Required action: In the listing below, the lines starting with the line with "v 0 3.7 1.55" and going on through the line with "v 3.69 -4 -0.277" are to be reproduced exactly, and only those.

Input material:
______

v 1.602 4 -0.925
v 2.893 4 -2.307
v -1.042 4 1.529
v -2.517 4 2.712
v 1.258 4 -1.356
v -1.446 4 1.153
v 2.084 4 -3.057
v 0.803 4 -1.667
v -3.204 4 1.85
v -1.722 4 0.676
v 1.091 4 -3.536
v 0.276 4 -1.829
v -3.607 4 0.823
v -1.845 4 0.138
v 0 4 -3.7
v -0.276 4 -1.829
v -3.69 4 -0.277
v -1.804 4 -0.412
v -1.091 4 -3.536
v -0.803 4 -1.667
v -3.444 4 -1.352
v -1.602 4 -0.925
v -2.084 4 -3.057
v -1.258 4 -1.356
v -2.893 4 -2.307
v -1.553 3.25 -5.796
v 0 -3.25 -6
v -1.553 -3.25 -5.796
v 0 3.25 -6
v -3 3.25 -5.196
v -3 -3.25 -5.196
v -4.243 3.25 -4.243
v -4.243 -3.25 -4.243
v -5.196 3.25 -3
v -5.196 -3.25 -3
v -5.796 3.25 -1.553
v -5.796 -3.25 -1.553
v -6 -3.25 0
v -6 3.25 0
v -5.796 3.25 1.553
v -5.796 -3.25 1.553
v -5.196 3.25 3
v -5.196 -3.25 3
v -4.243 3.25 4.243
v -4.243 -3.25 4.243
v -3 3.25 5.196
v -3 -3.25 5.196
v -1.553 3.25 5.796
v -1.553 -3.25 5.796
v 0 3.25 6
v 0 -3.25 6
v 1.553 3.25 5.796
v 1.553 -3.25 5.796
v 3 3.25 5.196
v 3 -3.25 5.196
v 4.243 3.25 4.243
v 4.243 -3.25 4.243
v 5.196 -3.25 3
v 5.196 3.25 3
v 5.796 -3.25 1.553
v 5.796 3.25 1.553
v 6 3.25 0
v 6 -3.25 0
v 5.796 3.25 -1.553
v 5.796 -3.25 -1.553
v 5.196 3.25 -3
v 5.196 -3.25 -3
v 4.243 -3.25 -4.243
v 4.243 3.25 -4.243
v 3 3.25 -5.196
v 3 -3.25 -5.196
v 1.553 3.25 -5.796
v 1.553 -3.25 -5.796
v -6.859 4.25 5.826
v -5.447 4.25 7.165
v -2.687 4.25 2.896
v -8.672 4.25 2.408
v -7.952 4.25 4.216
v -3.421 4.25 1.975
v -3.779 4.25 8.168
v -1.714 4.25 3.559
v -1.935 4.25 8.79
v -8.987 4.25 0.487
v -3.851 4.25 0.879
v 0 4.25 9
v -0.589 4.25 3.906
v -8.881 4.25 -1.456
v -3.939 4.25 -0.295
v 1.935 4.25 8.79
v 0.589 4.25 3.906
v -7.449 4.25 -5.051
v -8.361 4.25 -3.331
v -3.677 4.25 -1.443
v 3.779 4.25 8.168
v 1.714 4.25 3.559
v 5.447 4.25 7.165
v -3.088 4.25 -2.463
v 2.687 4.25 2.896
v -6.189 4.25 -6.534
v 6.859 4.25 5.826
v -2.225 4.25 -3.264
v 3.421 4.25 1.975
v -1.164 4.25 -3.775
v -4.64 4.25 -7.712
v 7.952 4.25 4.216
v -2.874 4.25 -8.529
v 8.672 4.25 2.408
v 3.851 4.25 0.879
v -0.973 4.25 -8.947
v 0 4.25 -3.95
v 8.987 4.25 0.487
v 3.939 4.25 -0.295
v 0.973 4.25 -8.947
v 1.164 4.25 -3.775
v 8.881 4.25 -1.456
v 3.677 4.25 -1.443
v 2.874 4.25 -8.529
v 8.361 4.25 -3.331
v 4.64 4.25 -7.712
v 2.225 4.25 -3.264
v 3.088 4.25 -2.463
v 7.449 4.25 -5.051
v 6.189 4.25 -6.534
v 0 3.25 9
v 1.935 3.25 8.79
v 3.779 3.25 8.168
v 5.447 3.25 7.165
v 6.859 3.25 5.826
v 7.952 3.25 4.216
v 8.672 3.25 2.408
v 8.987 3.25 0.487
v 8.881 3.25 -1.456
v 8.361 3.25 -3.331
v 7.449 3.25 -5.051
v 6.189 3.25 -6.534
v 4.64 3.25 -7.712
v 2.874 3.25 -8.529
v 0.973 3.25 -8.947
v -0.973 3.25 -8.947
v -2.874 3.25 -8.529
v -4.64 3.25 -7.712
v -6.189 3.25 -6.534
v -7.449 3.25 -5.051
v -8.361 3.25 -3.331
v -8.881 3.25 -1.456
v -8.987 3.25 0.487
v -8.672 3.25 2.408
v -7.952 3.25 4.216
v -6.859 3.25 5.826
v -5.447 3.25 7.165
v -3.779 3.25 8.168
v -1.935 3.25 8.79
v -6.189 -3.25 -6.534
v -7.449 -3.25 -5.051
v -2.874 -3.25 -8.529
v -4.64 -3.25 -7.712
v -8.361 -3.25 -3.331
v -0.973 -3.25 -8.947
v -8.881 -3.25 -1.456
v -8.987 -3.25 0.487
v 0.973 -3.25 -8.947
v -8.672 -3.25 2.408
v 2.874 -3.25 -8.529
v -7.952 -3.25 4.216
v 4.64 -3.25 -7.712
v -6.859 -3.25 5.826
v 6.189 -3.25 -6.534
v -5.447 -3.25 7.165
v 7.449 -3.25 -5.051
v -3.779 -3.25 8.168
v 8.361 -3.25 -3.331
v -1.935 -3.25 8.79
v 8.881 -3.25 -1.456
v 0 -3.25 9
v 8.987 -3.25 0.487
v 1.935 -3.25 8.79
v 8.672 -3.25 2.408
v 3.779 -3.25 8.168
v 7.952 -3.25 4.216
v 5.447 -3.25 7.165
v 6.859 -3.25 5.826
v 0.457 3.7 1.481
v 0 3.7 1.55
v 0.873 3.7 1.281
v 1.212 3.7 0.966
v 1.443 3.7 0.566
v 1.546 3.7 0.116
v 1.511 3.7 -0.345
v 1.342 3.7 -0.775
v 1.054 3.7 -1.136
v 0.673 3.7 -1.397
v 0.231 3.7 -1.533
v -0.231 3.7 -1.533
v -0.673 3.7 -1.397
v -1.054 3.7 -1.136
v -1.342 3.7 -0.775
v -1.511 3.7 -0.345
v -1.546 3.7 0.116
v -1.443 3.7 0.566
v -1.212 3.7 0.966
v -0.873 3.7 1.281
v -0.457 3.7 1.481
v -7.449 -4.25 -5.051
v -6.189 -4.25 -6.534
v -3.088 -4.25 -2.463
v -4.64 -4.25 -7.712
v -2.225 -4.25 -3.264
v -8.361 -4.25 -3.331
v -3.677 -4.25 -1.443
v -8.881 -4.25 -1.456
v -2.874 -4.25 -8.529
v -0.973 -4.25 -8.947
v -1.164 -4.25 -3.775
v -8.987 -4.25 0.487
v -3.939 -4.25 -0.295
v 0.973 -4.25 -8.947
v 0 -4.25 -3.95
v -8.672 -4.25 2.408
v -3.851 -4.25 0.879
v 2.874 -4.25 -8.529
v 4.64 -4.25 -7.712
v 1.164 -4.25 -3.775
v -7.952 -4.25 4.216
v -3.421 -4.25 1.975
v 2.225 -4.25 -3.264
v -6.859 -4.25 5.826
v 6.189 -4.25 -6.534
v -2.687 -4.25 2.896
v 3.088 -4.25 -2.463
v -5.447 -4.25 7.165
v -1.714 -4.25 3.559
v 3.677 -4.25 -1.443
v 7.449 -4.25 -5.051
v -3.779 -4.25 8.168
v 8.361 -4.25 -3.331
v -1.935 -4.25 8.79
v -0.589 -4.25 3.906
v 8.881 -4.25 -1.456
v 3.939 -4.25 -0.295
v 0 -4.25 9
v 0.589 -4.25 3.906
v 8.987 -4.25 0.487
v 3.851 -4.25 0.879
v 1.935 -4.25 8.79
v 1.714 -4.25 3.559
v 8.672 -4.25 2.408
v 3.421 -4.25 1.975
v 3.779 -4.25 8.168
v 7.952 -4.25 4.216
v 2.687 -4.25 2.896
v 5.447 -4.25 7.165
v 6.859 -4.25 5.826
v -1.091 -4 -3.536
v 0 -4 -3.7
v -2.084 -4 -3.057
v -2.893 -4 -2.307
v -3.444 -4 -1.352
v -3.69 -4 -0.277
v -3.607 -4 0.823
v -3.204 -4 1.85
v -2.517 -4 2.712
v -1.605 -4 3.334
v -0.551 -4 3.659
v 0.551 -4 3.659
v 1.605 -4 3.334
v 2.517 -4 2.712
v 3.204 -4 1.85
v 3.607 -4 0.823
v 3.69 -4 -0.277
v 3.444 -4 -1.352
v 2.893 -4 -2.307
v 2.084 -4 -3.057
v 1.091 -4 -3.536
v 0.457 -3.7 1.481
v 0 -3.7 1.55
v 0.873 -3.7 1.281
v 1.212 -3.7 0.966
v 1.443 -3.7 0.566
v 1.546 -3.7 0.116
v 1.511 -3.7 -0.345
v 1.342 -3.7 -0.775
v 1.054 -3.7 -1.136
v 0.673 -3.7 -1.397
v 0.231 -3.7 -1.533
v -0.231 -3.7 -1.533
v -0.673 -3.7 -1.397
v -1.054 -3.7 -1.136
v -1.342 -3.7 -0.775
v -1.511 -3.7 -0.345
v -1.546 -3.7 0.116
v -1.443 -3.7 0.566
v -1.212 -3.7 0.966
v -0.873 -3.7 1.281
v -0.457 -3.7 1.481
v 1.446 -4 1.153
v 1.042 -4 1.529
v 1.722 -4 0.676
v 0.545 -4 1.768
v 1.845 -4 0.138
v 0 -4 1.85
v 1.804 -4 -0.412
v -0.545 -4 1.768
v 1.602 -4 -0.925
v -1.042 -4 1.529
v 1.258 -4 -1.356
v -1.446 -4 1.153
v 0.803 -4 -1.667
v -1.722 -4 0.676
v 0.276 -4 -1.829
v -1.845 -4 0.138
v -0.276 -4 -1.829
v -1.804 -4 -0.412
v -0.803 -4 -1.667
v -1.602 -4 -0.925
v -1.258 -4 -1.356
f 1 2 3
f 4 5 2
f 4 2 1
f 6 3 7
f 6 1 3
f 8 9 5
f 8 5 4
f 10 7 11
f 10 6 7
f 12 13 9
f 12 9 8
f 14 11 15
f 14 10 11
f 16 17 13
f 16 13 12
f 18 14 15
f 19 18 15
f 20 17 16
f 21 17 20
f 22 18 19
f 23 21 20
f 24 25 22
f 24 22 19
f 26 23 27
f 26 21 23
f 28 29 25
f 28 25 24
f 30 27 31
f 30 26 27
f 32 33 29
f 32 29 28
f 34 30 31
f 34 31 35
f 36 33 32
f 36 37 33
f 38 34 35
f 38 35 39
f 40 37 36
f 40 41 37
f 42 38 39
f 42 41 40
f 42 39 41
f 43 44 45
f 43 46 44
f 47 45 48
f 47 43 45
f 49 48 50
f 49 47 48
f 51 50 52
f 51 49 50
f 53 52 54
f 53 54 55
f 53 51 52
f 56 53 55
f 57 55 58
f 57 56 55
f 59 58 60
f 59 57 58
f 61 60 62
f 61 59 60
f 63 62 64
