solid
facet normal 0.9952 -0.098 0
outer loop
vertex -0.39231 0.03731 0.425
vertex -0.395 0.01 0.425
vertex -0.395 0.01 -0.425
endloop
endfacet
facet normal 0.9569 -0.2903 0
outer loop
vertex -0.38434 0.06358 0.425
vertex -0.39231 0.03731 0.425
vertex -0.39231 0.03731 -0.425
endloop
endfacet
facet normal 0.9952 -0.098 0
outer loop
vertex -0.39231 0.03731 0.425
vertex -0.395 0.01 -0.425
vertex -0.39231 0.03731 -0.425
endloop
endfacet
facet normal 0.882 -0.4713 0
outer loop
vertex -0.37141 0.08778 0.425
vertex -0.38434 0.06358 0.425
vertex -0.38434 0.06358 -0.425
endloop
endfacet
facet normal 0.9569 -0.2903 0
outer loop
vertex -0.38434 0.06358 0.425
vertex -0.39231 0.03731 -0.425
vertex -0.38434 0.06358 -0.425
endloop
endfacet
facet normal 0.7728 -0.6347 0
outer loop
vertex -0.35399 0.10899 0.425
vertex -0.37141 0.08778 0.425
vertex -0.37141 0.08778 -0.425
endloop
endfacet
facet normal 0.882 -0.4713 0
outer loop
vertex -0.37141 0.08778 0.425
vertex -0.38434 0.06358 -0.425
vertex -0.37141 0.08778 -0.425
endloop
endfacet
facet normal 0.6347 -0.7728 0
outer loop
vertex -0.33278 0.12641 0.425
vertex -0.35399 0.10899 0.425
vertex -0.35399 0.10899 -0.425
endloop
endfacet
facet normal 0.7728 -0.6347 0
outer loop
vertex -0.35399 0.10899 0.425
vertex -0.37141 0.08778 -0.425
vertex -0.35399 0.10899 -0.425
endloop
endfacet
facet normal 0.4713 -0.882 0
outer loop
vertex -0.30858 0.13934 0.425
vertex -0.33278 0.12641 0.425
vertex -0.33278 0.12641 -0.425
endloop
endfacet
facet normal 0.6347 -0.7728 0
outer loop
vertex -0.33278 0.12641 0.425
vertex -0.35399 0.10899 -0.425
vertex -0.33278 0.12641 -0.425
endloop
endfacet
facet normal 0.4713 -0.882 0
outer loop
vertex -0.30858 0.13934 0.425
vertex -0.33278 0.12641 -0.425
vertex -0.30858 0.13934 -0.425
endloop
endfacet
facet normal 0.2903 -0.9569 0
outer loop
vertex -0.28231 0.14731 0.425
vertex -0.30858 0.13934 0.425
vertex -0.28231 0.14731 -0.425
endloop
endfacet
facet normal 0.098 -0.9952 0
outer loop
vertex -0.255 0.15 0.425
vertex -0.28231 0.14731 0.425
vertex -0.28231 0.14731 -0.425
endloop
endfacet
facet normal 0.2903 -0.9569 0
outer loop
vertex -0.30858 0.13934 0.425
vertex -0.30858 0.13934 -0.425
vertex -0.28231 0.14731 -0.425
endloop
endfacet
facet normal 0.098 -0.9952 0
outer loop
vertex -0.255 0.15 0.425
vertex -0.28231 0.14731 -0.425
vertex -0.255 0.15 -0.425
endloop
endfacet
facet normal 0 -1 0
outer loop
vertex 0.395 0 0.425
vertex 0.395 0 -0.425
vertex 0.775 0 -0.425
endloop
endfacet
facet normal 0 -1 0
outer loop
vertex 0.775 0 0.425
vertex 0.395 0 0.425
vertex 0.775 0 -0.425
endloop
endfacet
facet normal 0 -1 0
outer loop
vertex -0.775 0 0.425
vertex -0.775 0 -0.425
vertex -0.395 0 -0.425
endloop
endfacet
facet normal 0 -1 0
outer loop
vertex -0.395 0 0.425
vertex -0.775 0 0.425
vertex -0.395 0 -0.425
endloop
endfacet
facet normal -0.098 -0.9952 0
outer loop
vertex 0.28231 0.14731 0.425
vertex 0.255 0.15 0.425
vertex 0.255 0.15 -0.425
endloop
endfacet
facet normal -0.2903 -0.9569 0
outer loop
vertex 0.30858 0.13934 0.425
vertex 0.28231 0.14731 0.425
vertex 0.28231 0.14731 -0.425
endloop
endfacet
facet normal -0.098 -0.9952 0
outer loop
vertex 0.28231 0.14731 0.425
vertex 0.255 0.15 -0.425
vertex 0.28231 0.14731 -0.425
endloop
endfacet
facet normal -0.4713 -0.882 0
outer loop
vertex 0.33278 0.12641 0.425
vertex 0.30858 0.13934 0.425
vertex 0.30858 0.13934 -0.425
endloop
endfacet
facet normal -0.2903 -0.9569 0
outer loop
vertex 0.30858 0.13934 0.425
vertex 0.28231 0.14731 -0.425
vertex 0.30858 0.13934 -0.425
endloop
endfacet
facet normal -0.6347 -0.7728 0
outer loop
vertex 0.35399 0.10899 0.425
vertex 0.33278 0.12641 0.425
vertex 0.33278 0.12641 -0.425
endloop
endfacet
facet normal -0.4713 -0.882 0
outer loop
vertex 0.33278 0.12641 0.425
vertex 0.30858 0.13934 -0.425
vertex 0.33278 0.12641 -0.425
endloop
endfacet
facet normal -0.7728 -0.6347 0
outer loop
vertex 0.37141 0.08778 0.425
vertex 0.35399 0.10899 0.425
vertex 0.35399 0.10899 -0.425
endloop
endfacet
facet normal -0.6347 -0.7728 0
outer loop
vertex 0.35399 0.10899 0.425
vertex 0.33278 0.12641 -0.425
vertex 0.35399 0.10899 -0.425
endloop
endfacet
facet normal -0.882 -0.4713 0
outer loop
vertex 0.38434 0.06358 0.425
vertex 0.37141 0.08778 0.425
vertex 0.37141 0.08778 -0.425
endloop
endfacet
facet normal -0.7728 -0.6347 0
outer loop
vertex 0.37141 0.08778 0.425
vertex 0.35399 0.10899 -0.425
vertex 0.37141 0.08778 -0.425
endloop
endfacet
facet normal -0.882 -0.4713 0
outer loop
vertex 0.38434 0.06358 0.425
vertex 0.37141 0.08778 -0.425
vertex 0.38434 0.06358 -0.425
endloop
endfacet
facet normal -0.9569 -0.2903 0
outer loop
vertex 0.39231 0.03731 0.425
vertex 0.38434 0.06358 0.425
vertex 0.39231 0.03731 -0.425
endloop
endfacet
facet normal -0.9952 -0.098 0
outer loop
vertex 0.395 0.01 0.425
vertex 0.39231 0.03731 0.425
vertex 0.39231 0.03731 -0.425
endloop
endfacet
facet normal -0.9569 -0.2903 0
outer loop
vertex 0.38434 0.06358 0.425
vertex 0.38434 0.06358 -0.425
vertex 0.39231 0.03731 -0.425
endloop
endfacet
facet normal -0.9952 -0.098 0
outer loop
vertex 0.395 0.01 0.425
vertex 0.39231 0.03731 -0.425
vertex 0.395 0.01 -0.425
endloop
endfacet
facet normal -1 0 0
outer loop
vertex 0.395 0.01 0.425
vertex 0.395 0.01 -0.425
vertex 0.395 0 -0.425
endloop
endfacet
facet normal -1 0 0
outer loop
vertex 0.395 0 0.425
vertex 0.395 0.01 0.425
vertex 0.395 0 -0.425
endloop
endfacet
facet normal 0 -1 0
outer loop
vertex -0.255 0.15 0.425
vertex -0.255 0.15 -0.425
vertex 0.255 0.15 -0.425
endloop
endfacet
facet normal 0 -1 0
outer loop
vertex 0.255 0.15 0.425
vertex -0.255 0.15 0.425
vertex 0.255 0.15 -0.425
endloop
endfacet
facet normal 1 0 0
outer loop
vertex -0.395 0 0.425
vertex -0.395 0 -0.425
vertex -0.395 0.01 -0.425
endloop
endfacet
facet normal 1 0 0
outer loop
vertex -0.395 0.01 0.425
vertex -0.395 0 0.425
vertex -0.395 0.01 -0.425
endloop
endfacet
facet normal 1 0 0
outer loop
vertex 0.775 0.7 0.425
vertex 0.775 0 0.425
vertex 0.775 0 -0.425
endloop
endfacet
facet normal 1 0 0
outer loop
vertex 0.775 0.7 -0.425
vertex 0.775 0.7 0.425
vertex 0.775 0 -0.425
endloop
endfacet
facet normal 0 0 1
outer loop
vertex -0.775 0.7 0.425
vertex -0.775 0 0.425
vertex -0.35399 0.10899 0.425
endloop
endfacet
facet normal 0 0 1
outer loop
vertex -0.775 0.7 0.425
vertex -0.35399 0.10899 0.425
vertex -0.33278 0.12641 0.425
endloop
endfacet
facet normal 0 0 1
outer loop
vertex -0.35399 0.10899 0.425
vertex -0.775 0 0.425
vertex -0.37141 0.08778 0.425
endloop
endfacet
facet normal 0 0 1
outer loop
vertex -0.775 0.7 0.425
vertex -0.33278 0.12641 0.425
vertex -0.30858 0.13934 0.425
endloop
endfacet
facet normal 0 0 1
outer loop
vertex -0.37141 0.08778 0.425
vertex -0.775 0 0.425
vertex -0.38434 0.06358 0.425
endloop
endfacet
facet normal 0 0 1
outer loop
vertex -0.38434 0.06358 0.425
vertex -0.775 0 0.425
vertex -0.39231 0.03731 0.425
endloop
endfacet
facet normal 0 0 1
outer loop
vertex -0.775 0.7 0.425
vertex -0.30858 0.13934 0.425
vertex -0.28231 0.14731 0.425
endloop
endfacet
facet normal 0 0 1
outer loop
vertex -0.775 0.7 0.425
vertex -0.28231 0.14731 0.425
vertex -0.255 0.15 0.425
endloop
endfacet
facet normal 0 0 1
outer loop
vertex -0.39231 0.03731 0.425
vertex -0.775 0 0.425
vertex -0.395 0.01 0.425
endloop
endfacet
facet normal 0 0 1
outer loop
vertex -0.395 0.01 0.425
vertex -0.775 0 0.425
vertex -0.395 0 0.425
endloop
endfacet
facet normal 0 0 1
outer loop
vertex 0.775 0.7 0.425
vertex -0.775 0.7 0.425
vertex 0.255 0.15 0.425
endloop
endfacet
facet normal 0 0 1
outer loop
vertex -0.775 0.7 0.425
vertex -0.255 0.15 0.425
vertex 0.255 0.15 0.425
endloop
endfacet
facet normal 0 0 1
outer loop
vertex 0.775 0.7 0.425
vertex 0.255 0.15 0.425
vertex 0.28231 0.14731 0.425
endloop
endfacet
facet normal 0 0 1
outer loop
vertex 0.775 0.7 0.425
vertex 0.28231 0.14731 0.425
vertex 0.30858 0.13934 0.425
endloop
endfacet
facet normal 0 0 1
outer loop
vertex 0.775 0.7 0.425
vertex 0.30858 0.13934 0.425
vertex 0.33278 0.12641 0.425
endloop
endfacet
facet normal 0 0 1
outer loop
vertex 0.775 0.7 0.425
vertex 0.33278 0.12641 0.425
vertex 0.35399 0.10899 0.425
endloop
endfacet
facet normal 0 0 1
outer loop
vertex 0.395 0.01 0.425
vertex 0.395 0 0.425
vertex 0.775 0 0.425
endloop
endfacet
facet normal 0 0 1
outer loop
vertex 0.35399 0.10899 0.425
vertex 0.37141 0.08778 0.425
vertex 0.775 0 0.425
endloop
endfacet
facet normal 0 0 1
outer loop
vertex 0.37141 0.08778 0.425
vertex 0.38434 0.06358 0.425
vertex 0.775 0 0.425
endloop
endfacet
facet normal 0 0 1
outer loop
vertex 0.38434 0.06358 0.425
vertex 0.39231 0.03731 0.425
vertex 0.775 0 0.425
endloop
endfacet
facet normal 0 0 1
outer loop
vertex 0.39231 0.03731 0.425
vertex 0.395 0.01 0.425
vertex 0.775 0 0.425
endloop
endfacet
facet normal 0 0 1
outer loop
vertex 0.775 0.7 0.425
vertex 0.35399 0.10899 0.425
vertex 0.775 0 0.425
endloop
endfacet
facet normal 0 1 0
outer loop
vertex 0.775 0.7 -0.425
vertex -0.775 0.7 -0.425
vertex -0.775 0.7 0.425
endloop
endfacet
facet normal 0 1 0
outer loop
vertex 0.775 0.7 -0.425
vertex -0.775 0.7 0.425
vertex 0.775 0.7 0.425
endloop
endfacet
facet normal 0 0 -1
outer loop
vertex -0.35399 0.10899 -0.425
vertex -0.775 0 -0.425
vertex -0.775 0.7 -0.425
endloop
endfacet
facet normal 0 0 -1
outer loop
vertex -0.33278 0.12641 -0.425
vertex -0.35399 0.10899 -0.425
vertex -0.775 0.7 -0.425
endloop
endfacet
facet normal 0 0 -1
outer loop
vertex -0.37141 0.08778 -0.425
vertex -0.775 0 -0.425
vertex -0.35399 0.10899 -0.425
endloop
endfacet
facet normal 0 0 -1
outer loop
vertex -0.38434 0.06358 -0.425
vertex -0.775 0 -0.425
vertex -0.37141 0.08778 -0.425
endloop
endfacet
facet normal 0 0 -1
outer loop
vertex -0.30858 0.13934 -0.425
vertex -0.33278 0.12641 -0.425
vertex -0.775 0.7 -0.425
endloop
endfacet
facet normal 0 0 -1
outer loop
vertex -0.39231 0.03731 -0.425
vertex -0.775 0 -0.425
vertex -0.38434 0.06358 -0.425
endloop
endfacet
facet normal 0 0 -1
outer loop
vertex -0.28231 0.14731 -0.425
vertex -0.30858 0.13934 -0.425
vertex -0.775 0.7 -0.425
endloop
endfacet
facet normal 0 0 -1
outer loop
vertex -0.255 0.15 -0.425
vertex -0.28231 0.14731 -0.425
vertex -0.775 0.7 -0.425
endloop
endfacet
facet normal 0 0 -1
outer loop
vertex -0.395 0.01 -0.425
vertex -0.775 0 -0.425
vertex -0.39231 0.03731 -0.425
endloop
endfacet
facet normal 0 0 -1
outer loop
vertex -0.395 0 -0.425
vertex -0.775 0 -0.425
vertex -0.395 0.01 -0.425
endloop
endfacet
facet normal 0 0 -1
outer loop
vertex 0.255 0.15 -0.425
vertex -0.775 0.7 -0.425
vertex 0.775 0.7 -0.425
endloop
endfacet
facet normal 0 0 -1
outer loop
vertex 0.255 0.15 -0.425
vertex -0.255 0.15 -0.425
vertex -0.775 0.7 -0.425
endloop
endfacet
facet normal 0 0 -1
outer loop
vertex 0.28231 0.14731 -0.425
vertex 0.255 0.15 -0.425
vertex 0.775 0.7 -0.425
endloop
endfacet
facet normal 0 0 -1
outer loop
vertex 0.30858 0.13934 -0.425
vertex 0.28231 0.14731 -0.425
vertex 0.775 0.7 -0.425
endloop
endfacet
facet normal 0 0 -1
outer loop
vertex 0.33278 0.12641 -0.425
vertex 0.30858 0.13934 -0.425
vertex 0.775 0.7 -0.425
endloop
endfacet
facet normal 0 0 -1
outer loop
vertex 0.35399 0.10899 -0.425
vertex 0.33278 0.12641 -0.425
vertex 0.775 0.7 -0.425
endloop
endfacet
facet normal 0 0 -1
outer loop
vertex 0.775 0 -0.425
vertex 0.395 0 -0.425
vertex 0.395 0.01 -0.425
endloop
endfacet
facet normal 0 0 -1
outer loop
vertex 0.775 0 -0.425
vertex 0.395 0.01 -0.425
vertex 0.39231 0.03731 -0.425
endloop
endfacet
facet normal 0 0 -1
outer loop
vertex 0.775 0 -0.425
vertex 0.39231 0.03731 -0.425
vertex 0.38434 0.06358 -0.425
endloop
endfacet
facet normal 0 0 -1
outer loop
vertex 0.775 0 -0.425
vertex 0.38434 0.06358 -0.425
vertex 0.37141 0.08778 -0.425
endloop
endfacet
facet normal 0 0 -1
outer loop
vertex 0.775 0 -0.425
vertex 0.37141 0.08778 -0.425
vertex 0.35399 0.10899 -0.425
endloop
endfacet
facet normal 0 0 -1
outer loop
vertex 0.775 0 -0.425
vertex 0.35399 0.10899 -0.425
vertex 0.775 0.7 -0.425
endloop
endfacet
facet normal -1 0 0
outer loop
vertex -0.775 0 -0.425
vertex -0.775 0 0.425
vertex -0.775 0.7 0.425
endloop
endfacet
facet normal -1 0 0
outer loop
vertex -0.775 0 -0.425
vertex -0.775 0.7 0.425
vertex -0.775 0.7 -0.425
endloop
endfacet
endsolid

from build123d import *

# Parameters (mm, degrees)
SKETCH1_W               = 1.55
SKETCH1_H               = 0.85
BOSS_EXTRUDE1_DEPTH     = 0.7
CUT_EXTRUDE1_DEPTH      = 1.425
CUT_EXTRUDE1_DEPTH_BACK = 1.425


with BuildPart() as part:
    # Sketch1 → Boss-Extrude1 (new body)
    with BuildSketch(Plane(origin=(0, 0, 0), x_dir=(1, 0, 0), z_dir=(0, 1, 0))):
        Rectangle(SKETCH1_W, SKETCH1_H)
    extrude(amount=BOSS_EXTRUDE1_DEPTH)

    # Sketch2 → Cut-Extrude1 (cut, two sides)
    with BuildSketch(Plane.XY) as cut_extrude1_sk:
        with BuildLine():
            Line((-0.255, 0.15), (0.255, 0.15))
            ThreePointArc((0.255, 0.15), (0.353994949, 0.108994949), (0.395, 0.01))
            Line((0.395, 0.01), (0.395, 0))
            Line((0.395, 0), (-0.395, 0))
            Line((-0.395, 0), (-0.395, 0.01))
            ThreePointArc((-0.395, 0.01), (-0.353994949, 0.108994949), (-0.255, 0.15))
        make_face()
    extrude(amount=CUT_EXTRUDE1_DEPTH, mode=Mode.SUBTRACT)
    extrude(cut_extrude1_sk.sketch, amount=-CUT_EXTRUDE1_DEPTH_BACK, mode=Mode.SUBTRACT)


solid = part.part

______

Response to this exercise:
v 0 3.7 1.55
v 0.873 3.7 1.281
v 1.212 3.7 0.966
v 1.443 3.7 0.566
v 1.546 3.7 0.116
v 1.511 3.7 -0.345
v 1.342 3.7 -0.775
v 1.054 3.7 -1.136
v 0.673 3.7 -1.397
v 0.231 3.7 -1.533
v -0.231 3.7 -1.533
v -0.673 3.7 -1.397
v -1.054 3.7 -1.136
v -1.342 3.7 -0.775
v -1.511 3.7 -0.345
v -1.546 3.7 0.116
v -1.443 3.7 0.566
v -1.212 3.7 0.966
v -0.873 3.7 1.281
v -0.457 3.7 1.481
v -7.449 -4.25 -5.051
v -6.189 -4.25 -6.534
v -3.088 -4.25 -2.463
v -4.64 -4.25 -7.712
v -2.225 -4.25 -3.264
v -8.361 -4.25 -3.331
v -3.677 -4.25 -1.443
v -8.881 -4.25 -1.456
v -2.874 -4.25 -8.529
v -0.973 -4.25 -8.947
v -1.164 -4.25 -3.775
v -8.987 -4.25 0.487
v -3.939 -4.25 -0.295
v 0.973 -4.25 -8.947
v 0 -4.25 -3.95
v -8.672 -4.25 2.408
v -3.851 -4.25 0.879
v 2.874 -4.25 -8.529
v 4.64 -4.25 -7.712
v 1.164 -4.25 -3.775
v -7.952 -4.25 4.216
v -3.421 -4.25 1.975
v 2.225 -4.25 -3.264
v -6.859 -4.25 5.826
v 6.189 -4.25 -6.534
v -2.687 -4.25 2.896
v 3.088 -4.25 -2.463
v -5.447 -4.25 7.165
v -1.714 -4.25 3.559
v 3.677 -4.25 -1.443
v 7.449 -4.25 -5.051
v -3.779 -4.25 8.168
v 8.361 -4.25 -3.331
v -1.935 -4.25 8.79
v -0.589 -4.25 3.906
v 8.881 -4.25 -1.456
v 3.939 -4.25 -0.295
v 0 -4.25 9
v 0.589 -4.25 3.906
v 8.987 -4.25 0.487
v 3.851 -4.25 0.879
v 1.935 -4.25 8.79
v 1.714 -4.25 3.559
v 8.672 -4.25 2.408
v 3.421 -4.25 1.975
v 3.779 -4.25 8.168
v 7.952 -4.25 4.216
v 2.687 -4.25 2.896
v 5.447 -4.25 7.165
v 6.859 -4.25 5.826
v -1.091 -4 -3.536
v 0 -4 -3.7
v -2.084 -4 -3.057
v -2.893 -4 -2.307
v -3.444 -4 -1.352
v -3.69 -4 -0.277
v -3.607 -4 0.823
v -3.204 -4 1.85
v -2.517 -4 2.712
v -1.605 -4 3.334
v -0.551 -4 3.659
v 0.551 -4 3.659
v 1.605 -4 3.334
v 2.517 -4 2.712
v 3.204 -4 1.85
v 3.607 -4 0.823
v 3.69 -4 -0.277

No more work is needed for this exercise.